**Problem statement:**
Write out the records that follow with every word intact.

**Materials provided:**

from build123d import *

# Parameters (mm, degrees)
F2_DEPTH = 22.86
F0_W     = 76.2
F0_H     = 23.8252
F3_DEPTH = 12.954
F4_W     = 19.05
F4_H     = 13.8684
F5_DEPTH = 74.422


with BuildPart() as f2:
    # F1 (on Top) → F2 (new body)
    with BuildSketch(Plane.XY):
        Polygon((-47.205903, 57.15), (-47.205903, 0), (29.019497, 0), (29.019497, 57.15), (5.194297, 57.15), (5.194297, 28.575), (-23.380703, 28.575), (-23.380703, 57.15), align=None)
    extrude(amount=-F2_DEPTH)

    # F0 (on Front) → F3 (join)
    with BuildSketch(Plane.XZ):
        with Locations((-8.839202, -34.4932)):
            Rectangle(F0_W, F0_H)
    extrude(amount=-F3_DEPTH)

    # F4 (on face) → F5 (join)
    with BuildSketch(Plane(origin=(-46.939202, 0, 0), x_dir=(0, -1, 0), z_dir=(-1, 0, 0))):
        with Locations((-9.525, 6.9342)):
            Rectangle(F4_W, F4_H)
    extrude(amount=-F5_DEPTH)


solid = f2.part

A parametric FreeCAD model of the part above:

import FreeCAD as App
import Part
import Sketcher

V = App.Vector
Q = App.Units.Quantity


def add_polygon(sketch, points):
    """Adds a closed chain of lines whose ends are joined by coincident constraints."""
    first, n = sketch.GeometryCount, len(points)
    for a, b in zip(points, points[1:] + points[:1]):
        sketch.addGeometry(Part.LineSegment(App.Vector(*a, 0), App.Vector(*b, 0)), False)
    for i in range(n):
        sketch.addConstraint(Sketcher.Constraint("Coincident", first + i, 2, first + (i + 1) % n, 1))

doc = App.newDocument("Part")
params = doc.addObject("Spreadsheet::Sheet", "Params")
for row, (alias, value) in enumerate([
    ("sketch1_height", "2.25 in"),
    ("sketch1_width", "3.001 in"),
    ("sketch1_width2", "0.938 in"),
    ("pad1_length", "0.9 in"),
    ("sketch2_width", "3 in"),
    ("sketch2_height", "0.938 in"),
    ("pad2_length", "0.51 in"),
    ("sketch3_width", "0.75 in"),
    ("sketch3_height", "0.546 in"),
    ("pad3_length", "2.93 in"),
], start=1):
    params.set(f"A{row}", alias)
    params.set(f"B{row}", "=" + value)
    params.setAlias(f"B{row}", alias)

body = doc.addObject("PartDesign::Body", "Body")

# Sketch on XY plane
sketch1 = doc.addObject("Sketcher::SketchObject", "Sketch")
body.addObject(sketch1)
sketch1.AttachmentSupport = (doc.XY_Plane, [""])
sketch1.MapMode = "FlatFace"
add_polygon(sketch1, [(-47, 57), (-47, 0), (29, 0), (29, 57), (5, 57), (5, 29), (-23, 29), (-23, 57)])  # lines 0-7
sketch1.addConstraint(Sketcher.Constraint("Vertical", 0))
sketch1.addConstraint(Sketcher.Constraint("Horizontal", 1))
sketch1.addConstraint(Sketcher.Constraint("Vertical", 2))
sketch1.addConstraint(Sketcher.Constraint("Horizontal", 3))
sketch1.addConstraint(Sketcher.Constraint("Vertical", 4))
sketch1.addConstraint(Sketcher.Constraint("Horizontal", 5))
sketch1.addConstraint(Sketcher.Constraint("Vertical", 6))
sketch1.addConstraint(Sketcher.Constraint("Horizontal", 7))
sketch1.addConstraint(Sketcher.Constraint("PointOnObject", 0, 2, -1))
sketch1.addConstraint(Sketcher.Constraint("Horizontal", 3, 2, 6, 2))
sketch1.addConstraint(Sketcher.Constraint("Equal", 3, 7))
sketch1.addConstraint(Sketcher.Constraint("Equal", 5, 4))
sketch1.addConstraint(Sketcher.Constraint("DistanceY", 0, 2, 0, 1, Q("2.25 in")))
sketch1.addConstraint(Sketcher.Constraint("DistanceX", 1, 1, 1, 2, Q("3.001 in")))
sketch1.addConstraint(Sketcher.Constraint("DistanceX", 3, 2, 3, 1, Q("0.938 in")))
sketch1.addConstraint(Sketcher.Constraint("DistanceX", 0, 2, -1, 1, Q("1.8585001 in")))
sketch1.setExpression("Constraints[20]", "Params.sketch1_height")
sketch1.setExpression("Constraints[21]", "Params.sketch1_width")
sketch1.setExpression("Constraints[22]", "Params.sketch1_width2")
pad1 = doc.addObject("PartDesign::Pad", "Pad")
body.addObject(pad1)
pad1.Profile = sketch1
pad1.setExpression("Length", "Params.pad1_length")
pad1.Reversed = True

# Sketch on XZ plane
sketch2 = doc.addObject("Sketcher::SketchObject", "Sketch001")
body.addObject(sketch2)
sketch2.AttachmentSupport = (doc.XZ_Plane, [""])
sketch2.MapMode = "FlatFace"
add_polygon(sketch2, [(-47, -23), (-47, -46), (29, -46), (29, -23)])  # lines 0-3
sketch2.addConstraint(Sketcher.Constraint("Vertical", 0))
sketch2.addConstraint(Sketcher.Constraint("Horizontal", 1))
sketch2.addConstraint(Sketcher.Constraint("Vertical", 2))
sketch2.addConstraint(Sketcher.Constraint("Horizontal", 3))
sketch2.addConstraint(Sketcher.Constraint("DistanceX", 1, 1, 1, 2, Q("3 in")))
sketch2.addConstraint(Sketcher.Constraint("DistanceY", 0, 2, 0, 1, Q("0.938 in")))
sketch2.addConstraint(Sketcher.Constraint("DistanceX", 0, 2, -1, 1, Q("1.8480001 in")))
sketch2.addConstraint(Sketcher.Constraint("DistanceY", 0, 2, -1, 1, Q("1.827 in")))
sketch2.setExpression("Constraints[8]", "Params.sketch2_width")
sketch2.setExpression("Constraints[9]", "Params.sketch2_height")
pad2 = doc.addObject("PartDesign::Pad", "Pad001")
body.addObject(pad2)
pad2.Profile = sketch2
pad2.setExpression("Length", "Params.pad2_length")
pad2.Reversed = True

# Sketch on YZ plane
sketch3 = doc.addObject("Sketcher::SketchObject", "Sketch002")
body.addObject(sketch3)
sketch3.AttachmentSupport = (doc.YZ_Plane, [""])
sketch3.MapMode = "FlatFace"
sketch3.AttachmentOffset = App.Placement(V(0, 0, -1.8480001 * 25.4), App.Rotation())
add_polygon(sketch3, [(19, 14), (19, 0), (0, 0), (0, 14)])  # lines 0-3
sketch3.addConstraint(Sketcher.Constraint("Vertical", 0))
sketch3.addConstraint(Sketcher.Constraint("Horizontal", 1))
sketch3.addConstraint(Sketcher.Constraint("Vertical", 2))
sketch3.addConstraint(Sketcher.Constraint("Horizontal", 3))
sketch3.addConstraint(Sketcher.Constraint("Coincident", 1, 2, -1, 1))
sketch3.addConstraint(Sketcher.Constraint("DistanceX", 1, 2, 1, 1, Q("0.75 in")))
sketch3.addConstraint(Sketcher.Constraint("DistanceY", 0, 2, 0, 1, Q("0.546 in")))
sketch3.setExpression("Constraints[9]", "Params.sketch3_width")
sketch3.setExpression("Constraints[10]", "Params.sketch3_height")
pad3 = doc.addObject("PartDesign::Pad", "Pad002")
body.addObject(pad3)
pad3.Profile = sketch3
pad3.setExpression("Length", "Params.pad3_length")

doc.recompute()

**Solution below:**
from build123d import *

# Parameters (mm, degrees)
F2_DEPTH = 22.86
F0_W     = 76.2
F0_H     = 23.8252
F3_DEPTH = 12.954
F4_W     = 19.05
F4_H     = 13.8684
F5_DEPTH = 74.422


with BuildPart() as f2:
    # F1 (on Top) → F2 (new body)
    with BuildSketch(Plane.XY):
        Polygon((-47.205903, 57.15), (-47.205903, 0), (29.019497, 0), (29.019497, 57.15), (5.194297, 57.15), (5.194297, 28.575), (-23.380703, 28.575), (-23.380703, 57.15), align=None)
    extrude(amount=-F2_DEPTH)

    # F0 (on Front) → F3 (join)
    with BuildSketch(Plane.XZ):
        with Locations((-8.839202, -34.4932)):
            Rectangle(F0_W, F0_H)
    extrude(amount=-F3_DEPTH)

    # F4 (on face) → F5 (join)
    with BuildSketch(Plane(origin=(-46.939202, 0, 0), x_dir=(0, -1, 0), z_dir=(-1, 0, 0))):
        with Locations((-9.525, 6.9342)):
            Rectangle(F4_W, F4_H)
    extrude(amount=-F5_DEPTH)


solid = f2.part

A parametric FreeCAD model of the part above:

import FreeCAD as App
import Part
import Sketcher

V = App.Vector
Q = App.Units.Quantity


def add_polygon(sketch, points):
    """Adds a closed chain of lines whose ends are joined by coincident constraints."""
    first, n = sketch.GeometryCount, len(points)
    for a, b in zip(points, points[1:] + points[:1]):
        sketch.addGeometry(Part.LineSegment(App.Vector(*a, 0), App.Vector(*b, 0)), False)
    for i in range(n):
        sketch.addConstraint(Sketcher.Constraint("Coincident", first + i, 2, first + (i + 1) % n, 1))

doc = App.newDocument("Part")
params = doc.addObject("Spreadsheet::Sheet", "Params")
for row, (alias, value) in enumerate([
    ("sketch1_height", "2.25 in"),
    ("sketch1_width", "3.001 in"),
    ("sketch1_width2", "0.938 in"),
    ("pad1_length", "0.9 in"),
    ("sketch2_width", "3 in"),
    ("sketch2_height", "0.938 in"),
    ("pad2_length", "0.51 in"),
    ("sketch3_width", "0.75 in"),
    ("sketch3_height", "0.546 in"),
    ("pad3_length", "2.93 in"),
], start=1):
    params.set(f"A{row}", alias)
    params.set(f"B{row}", "=" + value)
    params.setAlias(f"B{row}", alias)

body = doc.addObject("PartDesign::Body", "Body")

# Sketch on XY plane
sketch1 = doc.addObject("Sketcher::SketchObject", "Sketch")
body.addObject(sketch1)
sketch1.AttachmentSupport = (doc.XY_Plane, [""])
sketch1.MapMode = "FlatFace"
add_polygon(sketch1, [(-47, 57), (-47, 0), (29, 0), (29, 57), (5, 57), (5, 29), (-23, 29), (-23, 57)])  # lines 0-7
sketch1.addConstraint(Sketcher.Constraint("Vertical", 0))
sketch1.addConstraint(Sketcher.Constraint("Horizontal", 1))
sketch1.addConstraint(Sketcher.Constraint("Vertical", 2))
sketch1.addConstraint(Sketcher.Constraint("Horizontal", 3))
sketch1.addConstraint(Sketcher.Constraint("Vertical", 4))
sketch1.addConstraint(Sketcher.Constraint("Horizontal", 5))
sketch1.addConstraint(Sketcher.Constraint("Vertical", 6))
sketch1.addConstraint(Sketcher.Constraint("Horizontal", 7))
sketch1.addConstraint(Sketcher.Constraint("PointOnObject", 0, 2, -1))
sketch1.addConstraint(Sketcher.Constraint("Horizontal", 3, 2, 6, 2))
sketch1.addConstraint(Sketcher.Constraint("Equal", 3, 7))
sketch1.addConstraint(Sketcher.Constraint("Equal", 5, 4))
sketch1.addConstraint(Sketcher.Constraint("DistanceY", 0, 2, 0, 1, Q("2.25 in")))
sketch1.addConstraint(Sketcher.Constraint("DistanceX", 1, 1, 1, 2, Q("3.001 in")))
sketch1.addConstraint(Sketcher.Constraint("DistanceX", 3, 2, 3, 1, Q("0.938 in")))
sketch1.addConstraint(Sketcher.Constraint("DistanceX", 0, 2, -1, 1, Q("1.8585001 in")))
sketch1.setExpression("Constraints[20]", "Params.sketch1_height")
sketch1.setExpression("Constraints[21]", "Params.sketch1_width")
sketch1.setExpression("Constraints[22]", "Params.sketch1_width2")
pad1 = doc.addObject("PartDesign::Pad", "Pad")
body.addObject(pad1)
pad1.Profile = sketch1
pad1.setExpression("Length", "Params.pad1_length")
pad1.Reversed = True

# Sketch on XZ plane
sketch2 = doc.addObject("Sketcher::SketchObject", "Sketch001")
body.addObject(sketch2)
sketch2.AttachmentSupport = (doc.XZ_Plane, [""])
sketch2.MapMode = "FlatFace"
add_polygon(sketch2, [(-47, -23), (-47, -46), (29, -46), (29, -23)])  # lines 0-3
sketch2.addConstraint(Sketcher.Constraint("Vertical", 0))
sketch2.addConstraint(Sketcher.Constraint("Horizontal", 1))
sketch2.addConstraint(Sketcher.Constraint("Vertical", 2))
sketch2.addConstraint(Sketcher.Constraint("Horizontal", 3))
sketch2.addConstraint(Sketcher.Constraint("DistanceX", 1, 1, 1, 2, Q("3 in")))
sketch2.addConstraint(Sketcher.Constraint("DistanceY", 0, 2, 0, 1, Q("0.938 in")))
sketch2.addConstraint(Sketcher.Constraint("DistanceX", 0, 2, -1, 1, Q("1.8480001 in")))
sketch2.addConstraint(Sketcher.Constraint("DistanceY", 0, 2, -1, 1, Q("1.827 in")))
sketch2.setExpression("Constraints[8]", "Params.sketch2_width")
sketch2.setExpression("Constraints[9]", "Params.sketch2_height")
pad2 = doc.addObject("PartDesign::Pad", "Pad001")
body.addObject(pad2)
pad2.Profile = sketch2
pad2.setExpression("Length", "Params.pad2_length")
pad2.Reversed = True

# Sketch on YZ plane
sketch3 = doc.addObject("Sketcher::SketchObject", "Sketch002")
body.addObject(sketch3)
sketch3.AttachmentSupport = (doc.YZ_Plane, [""])
sketch3.MapMode = "FlatFace"
sketch3.AttachmentOffset = App.Placement(V(0, 0, -1.8480001 * 25.4), App.Rotation())
add_polygon(sketch3, [(19, 14), (19, 0), (0, 0), (0, 14)])  # lines 0-3
sketch3.addConstraint(Sketcher.Constraint("Vertical", 0))
sketch3.addConstraint(Sketcher.Constraint("Horizontal", 1))
sketch3.addConstraint(Sketcher.Constraint("Vertical", 2))
sketch3.addConstraint(Sketcher.Constraint("Horizontal", 3))
sketch3.addConstraint(Sketcher.Constraint("Coincident", 1, 2, -1, 1))
sketch3.addConstraint(Sketcher.Constraint("DistanceX", 1, 2, 1, 1, Q("0.75 in")))
sketch3.addConstraint(Sketcher.Constraint("DistanceY", 0, 2, 0, 1, Q("0.546 in")))
sketch3.setExpression("Constraints[9]", "Params.sketch3_width")
sketch3.setExpression("Constraints[10]", "Params.sketch3_height")
pad3 = doc.addObject("PartDesign::Pad", "Pad002")
body.addObject(pad3)
pad3.Profile = sketch3
pad3.setExpression("Length", "Params.pad3_length")

doc.recompute()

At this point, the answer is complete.